Chunks incoming documents that are formatted as JSON Lines into chunks that are appropriately sized for creating Text Embeddings. The input is expected to be in "json-lines" format, with each line having a 'text' and a 'metadata' element. Each line will then be split into one or more lines in the output.
text, split, chunk, langchain, embeddings, vector, machine learning, ML, artificial intelligence, ai, document
In the list below, the names of required properties appear in bold. Any other properties (not in bold) are considered optional. The table also indicates any default values, and whether a property supports the NiFi Expression Language.
Display Name | API Name | Default Value | Description |
---|---|---|---|
Chunking Strategy | Chunking Strategy | Recursively Split by Character | Specifies which splitter should be used to split the text |
Separator | Separator | \n\n,\n, , | Specifies the character sequence to use for splitting apart the text. If using a Chunking Strategy of Recursively Split by Character,
it is a comma-separated list of character sequences. Meta-characters \n, \r and \t are automatically un-escaped. Supports Expression Language: true (will be evaluated using flow file attributes and Environment variables) |
Separator Format | Separator Format | Plain Text | Specifies how to interpret the value of the <Separator> property |
Chunk Size | Chunk Size | 4000 | The maximum size of a chunk that should be returned |
Chunk Overlap | Chunk Overlap | 200 | The number of characters that should be overlapped between each chunk of text |
Keep Separator | Keep Separator | false | Whether or not to keep the text separator in each chunk of data |
Strip Whitespace | Strip Whitespace | true | Whether or not to strip the whitespace at the beginning and end of each chunk |
Language | Language | python | The language to use for the Code's syntax |
Create chunks of text from a single larger chunk.

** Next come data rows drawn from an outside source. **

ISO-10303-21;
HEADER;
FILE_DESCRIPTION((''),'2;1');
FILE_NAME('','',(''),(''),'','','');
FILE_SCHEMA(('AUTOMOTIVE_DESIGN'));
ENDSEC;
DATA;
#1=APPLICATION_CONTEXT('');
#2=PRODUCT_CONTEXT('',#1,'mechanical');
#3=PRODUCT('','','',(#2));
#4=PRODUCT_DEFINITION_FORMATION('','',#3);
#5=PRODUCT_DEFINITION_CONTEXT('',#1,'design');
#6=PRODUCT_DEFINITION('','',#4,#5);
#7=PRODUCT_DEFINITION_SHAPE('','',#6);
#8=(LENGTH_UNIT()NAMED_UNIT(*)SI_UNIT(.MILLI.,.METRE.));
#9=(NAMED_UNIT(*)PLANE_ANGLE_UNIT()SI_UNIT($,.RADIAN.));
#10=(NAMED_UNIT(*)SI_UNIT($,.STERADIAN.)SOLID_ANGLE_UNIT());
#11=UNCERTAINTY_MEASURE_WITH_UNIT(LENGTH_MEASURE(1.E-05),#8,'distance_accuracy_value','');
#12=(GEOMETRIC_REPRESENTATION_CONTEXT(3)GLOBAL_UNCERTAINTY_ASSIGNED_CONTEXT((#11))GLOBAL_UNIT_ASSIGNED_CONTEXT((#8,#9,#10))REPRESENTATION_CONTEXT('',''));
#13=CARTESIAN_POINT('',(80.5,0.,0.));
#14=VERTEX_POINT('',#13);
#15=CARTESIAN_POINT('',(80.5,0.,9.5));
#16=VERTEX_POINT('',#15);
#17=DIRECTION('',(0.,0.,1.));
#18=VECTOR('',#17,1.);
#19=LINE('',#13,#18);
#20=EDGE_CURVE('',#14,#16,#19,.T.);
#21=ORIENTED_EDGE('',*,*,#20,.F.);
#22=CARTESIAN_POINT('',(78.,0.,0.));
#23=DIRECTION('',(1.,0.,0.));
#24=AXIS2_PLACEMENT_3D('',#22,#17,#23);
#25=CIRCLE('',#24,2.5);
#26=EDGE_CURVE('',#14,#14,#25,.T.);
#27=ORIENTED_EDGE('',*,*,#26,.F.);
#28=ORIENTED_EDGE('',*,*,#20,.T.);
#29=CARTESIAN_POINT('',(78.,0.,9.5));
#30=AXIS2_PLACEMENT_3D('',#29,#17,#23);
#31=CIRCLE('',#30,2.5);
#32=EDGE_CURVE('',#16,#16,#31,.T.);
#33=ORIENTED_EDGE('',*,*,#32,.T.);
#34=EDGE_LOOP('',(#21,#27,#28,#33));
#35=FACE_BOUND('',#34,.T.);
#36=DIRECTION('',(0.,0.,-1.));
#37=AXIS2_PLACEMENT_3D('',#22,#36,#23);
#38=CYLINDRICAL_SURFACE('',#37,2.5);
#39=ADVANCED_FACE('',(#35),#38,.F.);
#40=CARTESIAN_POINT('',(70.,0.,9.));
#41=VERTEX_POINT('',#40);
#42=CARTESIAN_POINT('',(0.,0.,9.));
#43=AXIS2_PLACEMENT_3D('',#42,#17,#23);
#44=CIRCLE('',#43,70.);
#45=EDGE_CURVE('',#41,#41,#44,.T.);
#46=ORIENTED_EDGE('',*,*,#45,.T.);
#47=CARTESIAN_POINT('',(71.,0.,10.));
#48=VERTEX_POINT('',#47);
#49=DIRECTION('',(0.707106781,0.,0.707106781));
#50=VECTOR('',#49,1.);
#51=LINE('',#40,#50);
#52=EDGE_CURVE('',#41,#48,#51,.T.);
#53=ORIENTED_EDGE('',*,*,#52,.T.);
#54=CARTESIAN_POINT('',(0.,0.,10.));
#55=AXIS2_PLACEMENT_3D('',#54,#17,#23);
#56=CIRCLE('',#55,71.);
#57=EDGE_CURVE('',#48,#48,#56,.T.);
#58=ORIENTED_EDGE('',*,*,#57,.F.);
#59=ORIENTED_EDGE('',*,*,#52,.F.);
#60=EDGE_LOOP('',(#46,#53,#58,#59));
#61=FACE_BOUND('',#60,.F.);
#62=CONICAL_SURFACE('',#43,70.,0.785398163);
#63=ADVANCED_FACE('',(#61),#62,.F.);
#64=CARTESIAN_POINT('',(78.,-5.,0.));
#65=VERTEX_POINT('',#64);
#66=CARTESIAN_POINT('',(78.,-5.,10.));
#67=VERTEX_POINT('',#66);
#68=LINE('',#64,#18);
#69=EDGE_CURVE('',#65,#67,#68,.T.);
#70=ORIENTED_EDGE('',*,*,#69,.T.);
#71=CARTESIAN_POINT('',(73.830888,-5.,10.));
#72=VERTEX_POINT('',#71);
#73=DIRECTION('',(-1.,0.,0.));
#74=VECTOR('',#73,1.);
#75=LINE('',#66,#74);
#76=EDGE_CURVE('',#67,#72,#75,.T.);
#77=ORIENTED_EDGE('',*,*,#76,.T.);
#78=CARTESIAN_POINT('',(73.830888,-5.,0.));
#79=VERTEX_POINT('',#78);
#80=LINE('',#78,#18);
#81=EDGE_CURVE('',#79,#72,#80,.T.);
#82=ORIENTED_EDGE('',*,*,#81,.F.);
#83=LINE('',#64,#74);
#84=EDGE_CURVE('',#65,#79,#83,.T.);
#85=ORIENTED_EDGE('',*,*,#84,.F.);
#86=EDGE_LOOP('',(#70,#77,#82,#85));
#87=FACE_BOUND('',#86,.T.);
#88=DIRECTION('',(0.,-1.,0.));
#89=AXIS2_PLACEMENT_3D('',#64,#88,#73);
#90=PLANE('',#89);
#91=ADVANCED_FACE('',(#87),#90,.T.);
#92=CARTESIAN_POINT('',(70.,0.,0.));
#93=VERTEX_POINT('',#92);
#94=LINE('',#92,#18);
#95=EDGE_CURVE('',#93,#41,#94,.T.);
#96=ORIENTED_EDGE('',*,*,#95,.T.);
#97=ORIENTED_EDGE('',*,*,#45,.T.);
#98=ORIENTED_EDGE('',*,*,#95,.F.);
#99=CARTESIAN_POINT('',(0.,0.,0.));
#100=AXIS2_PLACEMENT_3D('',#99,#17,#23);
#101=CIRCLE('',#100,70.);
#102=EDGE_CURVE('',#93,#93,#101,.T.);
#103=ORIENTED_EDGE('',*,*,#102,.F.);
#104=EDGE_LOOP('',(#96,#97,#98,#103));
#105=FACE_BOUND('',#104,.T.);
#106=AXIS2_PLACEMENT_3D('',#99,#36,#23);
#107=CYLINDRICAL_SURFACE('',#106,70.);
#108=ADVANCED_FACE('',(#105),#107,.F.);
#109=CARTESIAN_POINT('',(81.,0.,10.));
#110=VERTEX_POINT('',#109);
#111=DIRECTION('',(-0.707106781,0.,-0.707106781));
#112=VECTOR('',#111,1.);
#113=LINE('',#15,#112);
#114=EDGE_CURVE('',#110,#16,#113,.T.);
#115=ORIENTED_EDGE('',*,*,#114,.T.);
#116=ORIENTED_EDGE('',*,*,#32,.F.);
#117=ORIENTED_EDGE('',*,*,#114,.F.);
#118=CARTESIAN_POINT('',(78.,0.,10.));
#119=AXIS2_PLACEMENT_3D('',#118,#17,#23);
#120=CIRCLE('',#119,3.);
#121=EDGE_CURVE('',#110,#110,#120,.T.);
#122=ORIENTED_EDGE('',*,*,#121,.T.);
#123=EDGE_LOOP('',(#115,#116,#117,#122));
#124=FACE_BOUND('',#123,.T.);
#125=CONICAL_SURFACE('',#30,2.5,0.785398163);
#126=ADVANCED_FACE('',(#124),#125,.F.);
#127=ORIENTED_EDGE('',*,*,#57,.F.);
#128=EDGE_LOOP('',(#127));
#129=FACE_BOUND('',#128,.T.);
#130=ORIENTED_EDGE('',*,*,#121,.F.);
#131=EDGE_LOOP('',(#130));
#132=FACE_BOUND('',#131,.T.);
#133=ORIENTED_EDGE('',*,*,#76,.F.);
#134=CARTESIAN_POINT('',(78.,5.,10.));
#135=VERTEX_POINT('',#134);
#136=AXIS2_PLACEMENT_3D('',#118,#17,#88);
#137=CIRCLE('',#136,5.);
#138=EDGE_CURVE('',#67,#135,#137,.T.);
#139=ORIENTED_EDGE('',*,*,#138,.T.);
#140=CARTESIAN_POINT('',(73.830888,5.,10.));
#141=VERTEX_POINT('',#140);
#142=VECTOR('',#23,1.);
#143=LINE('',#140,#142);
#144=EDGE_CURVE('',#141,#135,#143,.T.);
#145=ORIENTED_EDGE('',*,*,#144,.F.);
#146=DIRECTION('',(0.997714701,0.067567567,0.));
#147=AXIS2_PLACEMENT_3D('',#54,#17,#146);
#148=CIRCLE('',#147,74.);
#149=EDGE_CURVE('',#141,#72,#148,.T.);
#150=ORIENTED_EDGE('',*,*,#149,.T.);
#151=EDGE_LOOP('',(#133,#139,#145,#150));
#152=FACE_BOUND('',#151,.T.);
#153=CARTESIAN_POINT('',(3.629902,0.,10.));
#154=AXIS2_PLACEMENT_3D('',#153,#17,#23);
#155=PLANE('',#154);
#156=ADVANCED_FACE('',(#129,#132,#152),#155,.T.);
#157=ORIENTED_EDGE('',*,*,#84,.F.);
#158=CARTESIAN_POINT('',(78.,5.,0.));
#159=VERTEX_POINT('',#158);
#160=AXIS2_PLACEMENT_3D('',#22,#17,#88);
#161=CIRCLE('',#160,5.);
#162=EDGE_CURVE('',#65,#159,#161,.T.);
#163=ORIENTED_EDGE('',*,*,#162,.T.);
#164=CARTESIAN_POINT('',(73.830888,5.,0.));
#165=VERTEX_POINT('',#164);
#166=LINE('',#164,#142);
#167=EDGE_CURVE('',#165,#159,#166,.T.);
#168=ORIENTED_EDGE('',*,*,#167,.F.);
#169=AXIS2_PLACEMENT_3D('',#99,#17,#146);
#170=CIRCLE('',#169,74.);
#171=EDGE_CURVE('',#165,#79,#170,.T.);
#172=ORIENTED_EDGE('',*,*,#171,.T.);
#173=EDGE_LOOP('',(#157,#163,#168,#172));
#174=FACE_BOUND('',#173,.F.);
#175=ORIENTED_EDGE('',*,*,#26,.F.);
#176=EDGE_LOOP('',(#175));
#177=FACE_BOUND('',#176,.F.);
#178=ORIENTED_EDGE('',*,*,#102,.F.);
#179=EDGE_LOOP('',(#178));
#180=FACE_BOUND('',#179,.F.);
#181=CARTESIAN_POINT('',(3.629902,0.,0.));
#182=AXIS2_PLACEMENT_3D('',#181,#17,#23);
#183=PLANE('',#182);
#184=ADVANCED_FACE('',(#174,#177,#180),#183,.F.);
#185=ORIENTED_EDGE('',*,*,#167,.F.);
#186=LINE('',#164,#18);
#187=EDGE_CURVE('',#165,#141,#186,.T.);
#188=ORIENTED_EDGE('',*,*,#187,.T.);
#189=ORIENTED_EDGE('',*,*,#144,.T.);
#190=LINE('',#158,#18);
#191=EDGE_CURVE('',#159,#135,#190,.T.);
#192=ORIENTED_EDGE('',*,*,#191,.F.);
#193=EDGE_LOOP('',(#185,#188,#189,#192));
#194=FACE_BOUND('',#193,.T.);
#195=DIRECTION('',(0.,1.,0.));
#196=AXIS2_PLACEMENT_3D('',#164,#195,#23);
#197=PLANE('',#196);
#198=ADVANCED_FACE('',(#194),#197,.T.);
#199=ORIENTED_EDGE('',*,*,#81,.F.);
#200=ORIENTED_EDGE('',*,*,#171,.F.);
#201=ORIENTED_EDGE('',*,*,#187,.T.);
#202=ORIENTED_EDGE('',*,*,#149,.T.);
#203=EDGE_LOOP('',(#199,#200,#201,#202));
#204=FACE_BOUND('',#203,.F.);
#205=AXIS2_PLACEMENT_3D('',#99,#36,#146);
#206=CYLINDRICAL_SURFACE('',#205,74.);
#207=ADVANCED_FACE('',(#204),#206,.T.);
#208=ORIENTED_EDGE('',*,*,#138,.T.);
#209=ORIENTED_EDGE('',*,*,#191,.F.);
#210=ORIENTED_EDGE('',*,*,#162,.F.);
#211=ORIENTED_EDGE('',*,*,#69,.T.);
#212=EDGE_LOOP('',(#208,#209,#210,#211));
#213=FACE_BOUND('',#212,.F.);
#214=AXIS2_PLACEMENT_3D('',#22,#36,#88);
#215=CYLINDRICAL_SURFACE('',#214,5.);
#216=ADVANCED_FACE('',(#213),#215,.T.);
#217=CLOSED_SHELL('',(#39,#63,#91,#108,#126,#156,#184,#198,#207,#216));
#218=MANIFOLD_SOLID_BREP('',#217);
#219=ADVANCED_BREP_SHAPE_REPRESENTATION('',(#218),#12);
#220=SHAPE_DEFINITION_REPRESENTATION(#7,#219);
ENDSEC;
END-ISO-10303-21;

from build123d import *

# Parameters (mm, degrees)
SKETCH_R        = 70
SKETCH_R_2      = 2.5
PAD_DEPTH       = 10
CHAMFER_SIZE    = 1
CHAMFER001_SIZE = 0.5


with BuildPart() as part:
    # Sketch → Pad (new body)
    with BuildSketch(Plane.XY):
        with BuildLine():
            ThreePointArc((73.830888, 5), (-74, 0), (73.830888, -5))
            Line((78, -5), (73.830888, -5))
            ThreePointArc((78, -5), (83, 0), (78, 5))
            Line((73.830888, 5), (78, 5))
        make_face()
        Circle(SKETCH_R, mode=Mode.SUBTRACT)
        with Locations((78, 0)):
            Circle(SKETCH_R_2, mode=Mode.SUBTRACT)
    extrude(amount=PAD_DEPTH)

    # Chamfer
    chamfer_edges = [part.edges().sort_by_distance(p)[0] for p in [
        (-70, 0, 10),
    ]]
    chamfer(chamfer_edges, length=CHAMFER_SIZE)

    # Chamfer001
    chamfer001_edges = [part.edges().sort_by_distance(p)[0] for p in [
        (75.5, 0, 10),
    ]]
    chamfer(chamfer001_edges, length=CHAMFER001_SIZE)


solid = part.part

The input for this use case is expected to be a FlowFile whose content is a JSON Lines document, with each line having a 'text' and a 'metadata' element.
Set "Input Format" to "Plain Text"
Set "Element Strategy" to "Single Document"
Chunk Plaintext data in order to prepare it for storage in a vector store. The output is in "json-lines" format, containing the chunked data as text, as well as metadata pertaining to the chunk.
The input for this use case is expected to be a FlowFile whose content is a plaintext document.
Set "Input Format" to "Plain Text"
Set "Element Strategy" to "Single Document"
Connect the 'success' Relationship to ChunkDocument.
Set the following properties:
"Chunking Strategy" = "Recursively Split by Character"
"Separator" = "\n\n,\n, ,"
"Separator Format" = "Plain Text"
"Chunk Size" = "4000"
"Chunk Overlap" = "200"
"Keep Separator" = "false"
Connect the 'success' Relationship to the appropriate destination to store data in the desired vector store.
Parse and chunk the textual contents of a PDF document in order to prepare it for storage in a vector store. The output is in "json-lines" format, containing the chunked data as text, as well as metadata pertaining to the chunk.
The input for this use case is expected to be a FlowFile whose content is a PDF document.
Set "Input Format" to "PDF"
Set "Element Strategy" to "Single Document"
Set "Include Extracted Metadata" to "false"
Connect the 'success' Relationship to ChunkDocument.
Set the following properties:
"Chunking Strategy" = "Recursively Split by Character"
"Separator" = "\n\n,\n, ,"
"Separator Format" = "Plain Text"
"Chunk Size" = "4000"
"Chunk Overlap" = "200"
"Keep Separator" = "false"
Connect the 'success' Relationship to the appropriate destination to store data in the desired vector store.